My daughter, Sara, has been in remission for four years and brother Mark continues his battle, but with much perseverance and fortitude. They are two mighty warriors."

Marla added, "Cancer touches many hearts. Everyone relates to cancer in his or her families and among friends. We wouldn't be able to raise what we do each year without the generosity of those caring folks."

Team Lifesavers captains
Abbi Agnitsch, Tammy Hare, Valerie Patterson, team captains for Team Lifesavers :


"When you ask me why I Relay only one thing jumps into my mind - Jim Weins. He was a friend of mine who passed away from cancer. When I first met this man, he was so full of life, so spunky...he loved food and cooking. We would share recipes; if he tried something new he would come in and tell us about it. He was a handy man, who I am sure most of the community knew and respected. We saw this man go through chemo, deal with the sickness and pain, and pass up several "death dates" as I called them. He told his doctors, "we are gonna kick this thing let's give it 110%!" He showed me what a fighter was.

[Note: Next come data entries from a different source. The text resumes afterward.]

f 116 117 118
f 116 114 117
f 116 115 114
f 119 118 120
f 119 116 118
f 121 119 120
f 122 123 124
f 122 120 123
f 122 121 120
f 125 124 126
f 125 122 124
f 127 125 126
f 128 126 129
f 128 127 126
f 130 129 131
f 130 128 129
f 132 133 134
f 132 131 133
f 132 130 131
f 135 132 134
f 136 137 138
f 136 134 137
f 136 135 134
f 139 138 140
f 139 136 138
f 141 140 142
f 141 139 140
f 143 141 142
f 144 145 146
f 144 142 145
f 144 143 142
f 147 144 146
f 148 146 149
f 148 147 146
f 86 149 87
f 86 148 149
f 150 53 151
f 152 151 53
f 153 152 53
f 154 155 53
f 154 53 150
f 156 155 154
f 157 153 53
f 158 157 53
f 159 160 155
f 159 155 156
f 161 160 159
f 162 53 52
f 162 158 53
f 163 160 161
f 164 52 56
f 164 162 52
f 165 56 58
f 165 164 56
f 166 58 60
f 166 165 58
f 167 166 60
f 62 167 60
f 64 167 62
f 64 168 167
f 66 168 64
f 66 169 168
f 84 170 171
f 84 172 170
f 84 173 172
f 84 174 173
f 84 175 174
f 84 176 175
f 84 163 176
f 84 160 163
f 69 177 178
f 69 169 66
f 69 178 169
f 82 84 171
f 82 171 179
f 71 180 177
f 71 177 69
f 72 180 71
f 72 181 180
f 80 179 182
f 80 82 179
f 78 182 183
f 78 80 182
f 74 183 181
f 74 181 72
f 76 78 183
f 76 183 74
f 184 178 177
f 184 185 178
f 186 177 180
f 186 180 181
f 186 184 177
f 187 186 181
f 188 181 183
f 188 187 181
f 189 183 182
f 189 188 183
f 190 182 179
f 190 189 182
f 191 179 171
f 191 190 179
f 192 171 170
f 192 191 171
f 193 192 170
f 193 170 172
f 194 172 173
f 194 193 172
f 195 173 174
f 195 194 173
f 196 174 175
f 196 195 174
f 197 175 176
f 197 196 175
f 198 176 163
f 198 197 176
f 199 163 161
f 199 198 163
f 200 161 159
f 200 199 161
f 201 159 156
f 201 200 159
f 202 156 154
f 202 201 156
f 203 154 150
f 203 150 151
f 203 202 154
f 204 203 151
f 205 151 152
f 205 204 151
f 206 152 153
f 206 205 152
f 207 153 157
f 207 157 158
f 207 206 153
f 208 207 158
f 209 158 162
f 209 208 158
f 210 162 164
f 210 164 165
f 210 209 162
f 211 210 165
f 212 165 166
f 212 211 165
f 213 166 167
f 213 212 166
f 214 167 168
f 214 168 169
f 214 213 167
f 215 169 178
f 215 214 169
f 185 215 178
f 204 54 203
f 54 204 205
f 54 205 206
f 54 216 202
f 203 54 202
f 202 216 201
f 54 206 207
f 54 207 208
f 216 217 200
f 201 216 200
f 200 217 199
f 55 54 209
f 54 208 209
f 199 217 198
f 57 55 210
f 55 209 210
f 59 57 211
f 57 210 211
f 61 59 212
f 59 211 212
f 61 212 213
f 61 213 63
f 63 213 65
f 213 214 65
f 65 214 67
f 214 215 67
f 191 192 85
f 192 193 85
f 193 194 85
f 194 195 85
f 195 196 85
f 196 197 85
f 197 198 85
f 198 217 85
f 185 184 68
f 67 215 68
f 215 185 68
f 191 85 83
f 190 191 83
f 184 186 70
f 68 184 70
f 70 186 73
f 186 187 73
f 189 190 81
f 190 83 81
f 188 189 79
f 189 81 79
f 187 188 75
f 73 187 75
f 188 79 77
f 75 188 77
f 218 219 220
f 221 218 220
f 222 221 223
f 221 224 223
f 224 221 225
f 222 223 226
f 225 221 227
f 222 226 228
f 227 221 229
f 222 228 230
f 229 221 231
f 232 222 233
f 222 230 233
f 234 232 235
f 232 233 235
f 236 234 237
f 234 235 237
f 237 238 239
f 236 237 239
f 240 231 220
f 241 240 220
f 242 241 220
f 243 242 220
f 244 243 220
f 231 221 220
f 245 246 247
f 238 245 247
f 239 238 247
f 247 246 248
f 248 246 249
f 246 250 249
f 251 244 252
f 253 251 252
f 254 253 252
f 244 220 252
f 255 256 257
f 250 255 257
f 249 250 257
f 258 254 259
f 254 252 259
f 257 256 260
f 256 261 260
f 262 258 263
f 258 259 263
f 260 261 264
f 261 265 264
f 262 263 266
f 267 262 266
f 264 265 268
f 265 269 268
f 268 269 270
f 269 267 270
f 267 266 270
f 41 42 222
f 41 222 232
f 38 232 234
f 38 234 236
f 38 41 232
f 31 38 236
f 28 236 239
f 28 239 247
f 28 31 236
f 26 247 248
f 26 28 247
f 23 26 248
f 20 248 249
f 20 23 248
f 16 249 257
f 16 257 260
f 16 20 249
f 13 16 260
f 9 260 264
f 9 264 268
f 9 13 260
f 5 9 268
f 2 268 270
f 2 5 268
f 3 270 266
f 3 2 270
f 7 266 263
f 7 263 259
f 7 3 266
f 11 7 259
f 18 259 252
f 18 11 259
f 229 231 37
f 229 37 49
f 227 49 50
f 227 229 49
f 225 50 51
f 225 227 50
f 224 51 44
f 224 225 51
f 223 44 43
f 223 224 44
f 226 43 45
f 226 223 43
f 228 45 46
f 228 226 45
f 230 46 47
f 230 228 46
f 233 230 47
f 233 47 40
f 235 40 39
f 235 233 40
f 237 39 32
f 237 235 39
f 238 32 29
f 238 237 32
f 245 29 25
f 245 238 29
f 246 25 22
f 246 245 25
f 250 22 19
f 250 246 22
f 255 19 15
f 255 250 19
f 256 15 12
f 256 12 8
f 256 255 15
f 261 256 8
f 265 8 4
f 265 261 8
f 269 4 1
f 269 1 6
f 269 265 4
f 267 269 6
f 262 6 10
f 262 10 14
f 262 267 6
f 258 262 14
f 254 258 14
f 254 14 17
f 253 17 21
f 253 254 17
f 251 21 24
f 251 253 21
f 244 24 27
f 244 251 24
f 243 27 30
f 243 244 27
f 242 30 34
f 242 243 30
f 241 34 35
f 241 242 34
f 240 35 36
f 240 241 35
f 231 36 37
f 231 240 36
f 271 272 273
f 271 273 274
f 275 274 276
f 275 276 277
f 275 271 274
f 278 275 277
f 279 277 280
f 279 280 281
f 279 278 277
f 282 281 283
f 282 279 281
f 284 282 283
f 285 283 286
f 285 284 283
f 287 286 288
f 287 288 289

Since Jim, I hear about cancer all the time but he opened my eyes. After truly getting involved with the Relay for Life, I have had the opportunity to know what the American Cancer Society really can do, not only for the patients but also for the families. A story that sticks with me is about a little boy who would call everyday and talk to the call center. His mom had cancer. They helped him and talked to him, it was what he needed. So it's not just about the cancer research or the housing they can provide or the great facilities they have. It's something as small as talking to a child to help calm his fears that makes the Relay for Life important to me."


"Three years ago I was listening to KCHE on a program about the Relay for Life. I had walked in a Relay, but I was excited to learn we could form our own team. After talking to some of my friends, Abbi, Val and I created Team Lifesavers. The work we do by raising money makes me feel we are making a difference. Cancer has affected everyone who has lost loved ones or has supported survivors. Fighting to help find a cure is special to me. I love the Relay for Life."